● Given data

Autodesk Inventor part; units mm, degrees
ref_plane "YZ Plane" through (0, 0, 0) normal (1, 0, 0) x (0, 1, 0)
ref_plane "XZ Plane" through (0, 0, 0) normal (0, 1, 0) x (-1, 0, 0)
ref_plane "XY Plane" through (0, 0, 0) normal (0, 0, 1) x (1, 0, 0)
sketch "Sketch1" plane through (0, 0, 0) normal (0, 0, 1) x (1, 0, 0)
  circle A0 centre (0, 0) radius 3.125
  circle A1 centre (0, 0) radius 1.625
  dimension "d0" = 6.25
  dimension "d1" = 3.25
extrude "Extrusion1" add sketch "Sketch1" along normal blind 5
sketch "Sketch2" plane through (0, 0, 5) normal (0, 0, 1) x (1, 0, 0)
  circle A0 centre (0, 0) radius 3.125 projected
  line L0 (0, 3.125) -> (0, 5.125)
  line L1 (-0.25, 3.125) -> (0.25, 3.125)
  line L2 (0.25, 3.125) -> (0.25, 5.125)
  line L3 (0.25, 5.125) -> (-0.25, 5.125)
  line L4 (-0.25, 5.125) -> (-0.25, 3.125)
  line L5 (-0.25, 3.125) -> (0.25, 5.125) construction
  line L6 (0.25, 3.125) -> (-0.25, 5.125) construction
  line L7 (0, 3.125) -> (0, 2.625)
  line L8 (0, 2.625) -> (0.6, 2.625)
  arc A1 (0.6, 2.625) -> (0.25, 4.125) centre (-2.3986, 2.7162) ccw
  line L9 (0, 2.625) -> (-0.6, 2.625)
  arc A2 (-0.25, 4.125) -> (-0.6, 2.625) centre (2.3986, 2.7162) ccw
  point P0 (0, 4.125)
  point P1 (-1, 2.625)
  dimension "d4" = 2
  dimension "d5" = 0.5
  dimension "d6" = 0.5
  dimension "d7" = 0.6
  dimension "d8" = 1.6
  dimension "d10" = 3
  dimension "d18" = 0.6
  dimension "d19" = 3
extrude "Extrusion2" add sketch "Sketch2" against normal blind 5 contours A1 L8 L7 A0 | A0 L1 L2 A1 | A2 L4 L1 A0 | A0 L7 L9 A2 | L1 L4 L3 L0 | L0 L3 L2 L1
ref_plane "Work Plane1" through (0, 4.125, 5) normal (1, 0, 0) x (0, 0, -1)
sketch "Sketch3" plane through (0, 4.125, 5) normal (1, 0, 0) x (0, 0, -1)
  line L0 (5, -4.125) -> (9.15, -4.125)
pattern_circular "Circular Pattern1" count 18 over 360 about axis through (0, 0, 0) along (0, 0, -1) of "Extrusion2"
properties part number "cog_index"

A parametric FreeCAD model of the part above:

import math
import FreeCAD as App
import Part
import Sketcher
Q = App.Units.Quantity

doc = App.newDocument("Part")
params = doc.addObject("Spreadsheet::Sheet", "Params")
for row, (alias, value) in enumerate([
    ("sketch1_diameter", "6.25 mm"),
    ("sketch1_diameter2", "3.25 mm"),
    ("pad1_length", "5 mm"),
    ("sketch2_radius", "3 mm"),
    ("sketch2_width", "0.5 mm"),
    ("sketch2_height", "1 mm"),
    ("pad2_length", "5 mm"),
], start=1):
    params.set(f"A{row}", alias)
    params.set(f"B{row}", "=" + value)
    params.setAlias(f"B{row}", alias)

body = doc.addObject("PartDesign::Body", "Body")

# Sketch on XY plane
sketch1 = body.newObject("Sketcher::SketchObject", "Sketch")
sketch1.AttachmentSupport = (doc.getObject("XY_Plane"), [""])
sketch1.MapMode = "FlatFace"
sketch1.addGeometry(Part.Circle(App.Vector(0, 0, 0), App.Vector(0, 0, 1), 3.1), False)
sketch1.addGeometry(Part.Circle(App.Vector(0, 0, 0), App.Vector(0, 0, 1), 1.6), False)
sketch1.addConstraint(Sketcher.Constraint("Coincident", 0, 3, -1, 1))
sketch1.addConstraint(Sketcher.Constraint("Coincident", 1, 3, -1, 1))
sketch1.addConstraint(Sketcher.Constraint("Diameter", 0, Q("6.25 mm")))
sketch1.addConstraint(Sketcher.Constraint("Diameter", 1, Q("3.25 mm")))
sketch1.setExpression("Constraints[2]", "Params.sketch1_diameter")
sketch1.setExpression("Constraints[3]", "Params.sketch1_diameter2")
pad1 = body.newObject("PartDesign::Pad", "Pad")
pad1.Profile = sketch1
pad1.setExpression("Length", "Params.pad1_length")

# Sketch on XY plane
sketch2 = body.newObject("Sketcher::SketchObject", "Sketch001")
sketch2.AttachmentSupport = (doc.getObject("XY_Plane"), [""])
sketch2.MapMode = "FlatFace"
sketch2.AttachmentOffset = App.Placement(App.Vector(0, 0, 5), App.Rotation())
sketch2.addGeometry(Part.ArcOfCircle(Part.Circle(App.Vector(-2.4, 2.7, 0), App.Vector(0, 0, 1), 3), math.radians(-2), math.radians(28)), False)
sketch2.addGeometry(Part.LineSegment(App.Vector(0.2, 4.1, 0), App.Vector(0.2, 5.1, 0)), False)
sketch2.addGeometry(Part.LineSegment(App.Vector(0.2, 5.1, 0), App.Vector(-0.2, 5.1, 0)), False)
sketch2.addGeometry(Part.LineSegment(App.Vector(-0.2, 5.1, 0), App.Vector(-0.2, 4.1, 0)), False)
sketch2.addGeometry(Part.ArcOfCircle(Part.Circle(App.Vector(2.4, 2.7, 0), App.Vector(0, 0, 1), 3), math.radians(152), math.radians(182)), False)
sketch2.addGeometry(Part.LineSegment(App.Vector(-0.6, 2.6, 0), App.Vector(0.6, 2.6, 0)), False)
sketch2.addConstraint(Sketcher.Constraint("Coincident", 0, 2, 1, 1))
sketch2.addConstraint(Sketcher.Constraint("Coincident", 1, 2, 2, 1))
sketch2.addConstraint(Sketcher.Constraint("Coincident", 2, 2, 3, 1))
sketch2.addConstraint(Sketcher.Constraint("Coincident", 3, 2, 4, 1))
sketch2.addConstraint(Sketcher.Constraint("Coincident", 4, 2, 5, 1))
sketch2.addConstraint(Sketcher.Constraint("Coincident", 5, 2, 0, 1))
sketch2.addConstraint(Sketcher.Constraint("Vertical", 1))
sketch2.addConstraint(Sketcher.Constraint("Horizontal", 2))
sketch2.addConstraint(Sketcher.Constraint("Vertical", 3))
sketch2.addConstraint(Sketcher.Constraint("Horizontal", 5))
sketch2.addConstraint(Sketcher.Constraint("Equal", 0, 4))
sketch2.addConstraint(Sketcher.Constraint("Symmetric", 0, 3, 4, 3, -2))
sketch2.addConstraint(Sketcher.Constraint("Horizontal", 0, 2, 3, 2))
sketch2.addConstraint(Sketcher.Constraint("Radius", 0, Q("3 mm")))
sketch2.addConstraint(Sketcher.Constraint("DistanceX", 2, 2, 2, 1, Q("0.5 mm")))
sketch2.addConstraint(Sketcher.Constraint("DistanceX", 4, 2, -1, 1, Q("0.6 mm")))
sketch2.addConstraint(Sketcher.Constraint("DistanceY", 1, 1, 1, 2, Q("1 mm")))
sketch2.addConstraint(Sketcher.Constraint("DistanceY", 4, 2, 3, 2, Q("1.5 mm")))
sketch2.addConstraint(Sketcher.Constraint("DistanceY", -1, 1, 0, 2, Q("4.125 mm")))
sketch2.setExpression("Constraints[13]", "Params.sketch2_radius")
sketch2.setExpression("Constraints[14]", "Params.sketch2_width")
sketch2.setExpression("Constraints[16]", "Params.sketch2_height")
pad2 = body.newObject("PartDesign::Pad", "Pad001")
pad2.Profile = sketch2
pad2.setExpression("Length", "Params.pad2_length")
pad2.Reversed = True
doc.recompute()

polarpattern = body.newObject("PartDesign::PolarPattern", "PolarPattern")
polarpattern.Originals = [pad2]
polarpattern.Axis = (doc.getObject("Z_Axis"), [""])
polarpattern.Angle = 360
polarpattern.Occurrences = 18
body.Tip = polarpattern

doc.recompute()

● Goal of the exercise
Please retype the listing word for word, from its first line through the line containing "line L3 (0.25, 5.125) -> (-0.25, 5.125)", and add nothing else.

● Exercise answer
Autodesk Inventor part; units mm, degrees
ref_plane "YZ Plane" through (0, 0, 0) normal (1, 0, 0) x (0, 1, 0)
ref_plane "XZ Plane" through (0, 0, 0) normal (0, 1, 0) x (-1, 0, 0)
ref_plane "XY Plane" through (0, 0, 0) normal (0, 0, 1) x (1, 0, 0)
sketch "Sketch1" plane through (0, 0, 0) normal (0, 0, 1) x (1, 0, 0)
  circle A0 centre (0, 0) radius 3.125
  circle A1 centre (0, 0) radius 1.625
  dimension "d0" = 6.25
  dimension "d1" = 3.25
extrude "Extrusion1" add sketch "Sketch1" along normal blind 5
sketch "Sketch2" plane through (0, 0, 5) normal (0, 0, 1) x (1, 0, 0)
  circle A0 centre (0, 0) radius 3.125 projected
  line L0 (0, 3.125) -> (0, 5.125)
  line L1 (-0.25, 3.125) -> (0.25, 3.125)
  line L2 (0.25, 3.125) -> (0.25, 5.125)
  line L3 (0.25, 5.125) -> (-0.25, 5.125)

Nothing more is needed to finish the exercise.